*ABOUT THIS TASK*. Within the entries that follow, show each line where the word "CIRCLE" occurs.

*THE DATA*.

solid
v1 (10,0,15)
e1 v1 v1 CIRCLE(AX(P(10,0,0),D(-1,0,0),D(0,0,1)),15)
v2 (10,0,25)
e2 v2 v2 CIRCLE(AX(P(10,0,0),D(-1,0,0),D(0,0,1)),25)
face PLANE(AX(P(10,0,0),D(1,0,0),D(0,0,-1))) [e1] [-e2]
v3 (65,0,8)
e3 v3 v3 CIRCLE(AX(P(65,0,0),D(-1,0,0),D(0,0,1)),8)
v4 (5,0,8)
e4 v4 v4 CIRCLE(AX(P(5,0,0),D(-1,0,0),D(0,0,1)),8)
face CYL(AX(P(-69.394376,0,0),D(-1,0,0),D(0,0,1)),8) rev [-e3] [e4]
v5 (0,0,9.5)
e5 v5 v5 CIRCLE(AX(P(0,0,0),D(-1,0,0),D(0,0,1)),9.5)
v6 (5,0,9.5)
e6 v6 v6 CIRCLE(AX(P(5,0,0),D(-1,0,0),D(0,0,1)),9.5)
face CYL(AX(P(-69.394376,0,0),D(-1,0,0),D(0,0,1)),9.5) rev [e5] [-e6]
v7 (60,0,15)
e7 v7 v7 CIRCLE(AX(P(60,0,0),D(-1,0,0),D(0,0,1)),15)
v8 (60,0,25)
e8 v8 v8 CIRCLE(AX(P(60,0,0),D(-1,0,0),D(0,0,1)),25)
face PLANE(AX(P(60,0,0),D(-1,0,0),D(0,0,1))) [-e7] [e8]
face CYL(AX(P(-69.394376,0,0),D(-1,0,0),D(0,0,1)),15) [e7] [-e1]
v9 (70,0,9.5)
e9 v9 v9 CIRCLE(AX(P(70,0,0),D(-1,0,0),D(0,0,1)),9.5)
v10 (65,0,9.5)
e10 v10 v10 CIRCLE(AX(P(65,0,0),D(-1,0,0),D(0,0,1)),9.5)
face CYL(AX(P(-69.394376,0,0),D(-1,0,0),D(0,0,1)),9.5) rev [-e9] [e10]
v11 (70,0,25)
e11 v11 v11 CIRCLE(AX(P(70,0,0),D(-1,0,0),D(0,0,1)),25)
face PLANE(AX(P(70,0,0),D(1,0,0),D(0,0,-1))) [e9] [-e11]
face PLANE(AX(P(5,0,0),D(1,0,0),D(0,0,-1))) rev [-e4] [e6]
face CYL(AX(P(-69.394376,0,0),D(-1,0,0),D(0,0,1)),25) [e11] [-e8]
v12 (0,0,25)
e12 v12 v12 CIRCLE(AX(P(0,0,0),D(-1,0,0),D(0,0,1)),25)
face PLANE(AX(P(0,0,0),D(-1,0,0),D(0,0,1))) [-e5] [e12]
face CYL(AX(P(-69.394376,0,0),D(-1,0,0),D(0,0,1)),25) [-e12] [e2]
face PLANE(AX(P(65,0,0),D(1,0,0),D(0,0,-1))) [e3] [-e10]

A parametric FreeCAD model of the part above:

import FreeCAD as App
import Part
import Sketcher

V = App.Vector
Q = App.Units.Quantity


def add_polygon(sketch, points):
    """Adds a closed chain of lines whose ends are joined by coincident constraints."""
    first, n = sketch.GeometryCount, len(points)
    for a, b in zip(points, points[1:] + points[:1]):
        sketch.addGeometry(Part.LineSegment(App.Vector(*a, 0), App.Vector(*b, 0)), False)
    for i in range(n):
        sketch.addConstraint(Sketcher.Constraint("Coincident", first + i, 2, first + (i + 1) % n, 1))

doc = App.newDocument("Part")
body = doc.addObject("PartDesign::Body", "Body")

# Sketch on XY plane
sketch1 = body.newObject("Sketcher::SketchObject", "Sketch")
sketch1.AttachmentSupport = (doc.getObject("XY_Plane"), [""])
sketch1.MapMode = "FlatFace"
add_polygon(sketch1, [(5, 9.5), (5, 8), (65, 8), (65, 9.5), (70, 9.5), (70, 25), (60, 25), (60, 15), (10, 15), (10, 25), (0, 25), (0, 9.5)])  # lines 0-11
sketch1.addConstraint(Sketcher.Constraint("Vertical", 0))
sketch1.addConstraint(Sketcher.Constraint("Horizontal", 1))
sketch1.addConstraint(Sketcher.Constraint("Vertical", 2))
sketch1.addConstraint(Sketcher.Constraint("Horizontal", 3))
sketch1.addConstraint(Sketcher.Constraint("Vertical", 4))
sketch1.addConstraint(Sketcher.Constraint("Horizontal", 5))
sketch1.addConstraint(Sketcher.Constraint("Vertical", 6))
sketch1.addConstraint(Sketcher.Constraint("Horizontal", 7))
sketch1.addConstraint(Sketcher.Constraint("Vertical", 8))
sketch1.addConstraint(Sketcher.Constraint("Horizontal", 9))
sketch1.addConstraint(Sketcher.Constraint("Vertical", 10))
sketch1.addConstraint(Sketcher.Constraint("Horizontal", 11))
sketch1.addConstraint(Sketcher.Constraint("PointOnObject", 9, 2, -2))
sketch1.addConstraint(Sketcher.Constraint("Horizontal", 5, 2, 8, 2))
sketch1.addConstraint(Sketcher.Constraint("Horizontal", 3, 2, 10, 2))
sketch1.addConstraint(Sketcher.Constraint("Equal", 5, 9))
sketch1.addConstraint(Sketcher.Constraint("Equal", 3, 11))
sketch1.addConstraint(Sketcher.Constraint("Equal", 9, 6))
sketch1.addConstraint(Sketcher.Constraint("DistanceX", 1, 1, 1, 2, Q("60 mm")))
sketch1.addConstraint(Sketcher.Constraint("DistanceX", 3, 1, 3, 2, Q("5 mm")))
sketch1.addConstraint(Sketcher.Constraint("DistanceX", 5, 2, 5, 1, Q("10 mm")))
sketch1.addConstraint(Sketcher.Constraint("DistanceY", 0, 2, 0, 1, Q("1.5 mm")))
sketch1.addConstraint(Sketcher.Constraint("DistanceY", 4, 1, 4, 2, Q("15.5 mm")))
sketch1.addConstraint(Sketcher.Constraint("DistanceY", -1, 1, 0, 2, Q("8 mm")))
revolution = body.newObject("PartDesign::Revolution", "Revolution")
revolution.Profile = sketch1
revolution.ReferenceAxis = (sketch1, ["H_Axis"])
revolution.Angle = 360

doc.recompute()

*FINISHED TASK*.
e1 v1 v1 CIRCLE(AX(P(10,0,0),D(-1,0,0),D(0,0,1)),15)
e2 v2 v2 CIRCLE(AX(P(10,0,0),D(-1,0,0),D(0,0,1)),25)
e3 v3 v3 CIRCLE(AX(P(65,0,0),D(-1,0,0),D(0,0,1)),8)
e4 v4 v4 CIRCLE(AX(P(5,0,0),D(-1,0,0),D(0,0,1)),8)
e5 v5 v5 CIRCLE(AX(P(0,0,0),D(-1,0,0),D(0,0,1)),9.5)
e6 v6 v6 CIRCLE(AX(P(5,0,0),D(-1,0,0),D(0,0,1)),9.5)
e7 v7 v7 CIRCLE(AX(P(60,0,0),D(-1,0,0),D(0,0,1)),15)
e8 v8 v8 CIRCLE(AX(P(60,0,0),D(-1,0,0),D(0,0,1)),25)
e9 v9 v9 CIRCLE(AX(P(70,0,0),D(-1,0,0),D(0,0,1)),9.5)
e10 v10 v10 CIRCLE(AX(P(65,0,0),D(-1,0,0),D(0,0,1)),9.5)
e11 v11 v11 CIRCLE(AX(P(70,0,0),D(-1,0,0),D(0,0,1)),25)
e12 v12 v12 CIRCLE(AX(P(0,0,0),D(-1,0,0),D(0,0,1)),25)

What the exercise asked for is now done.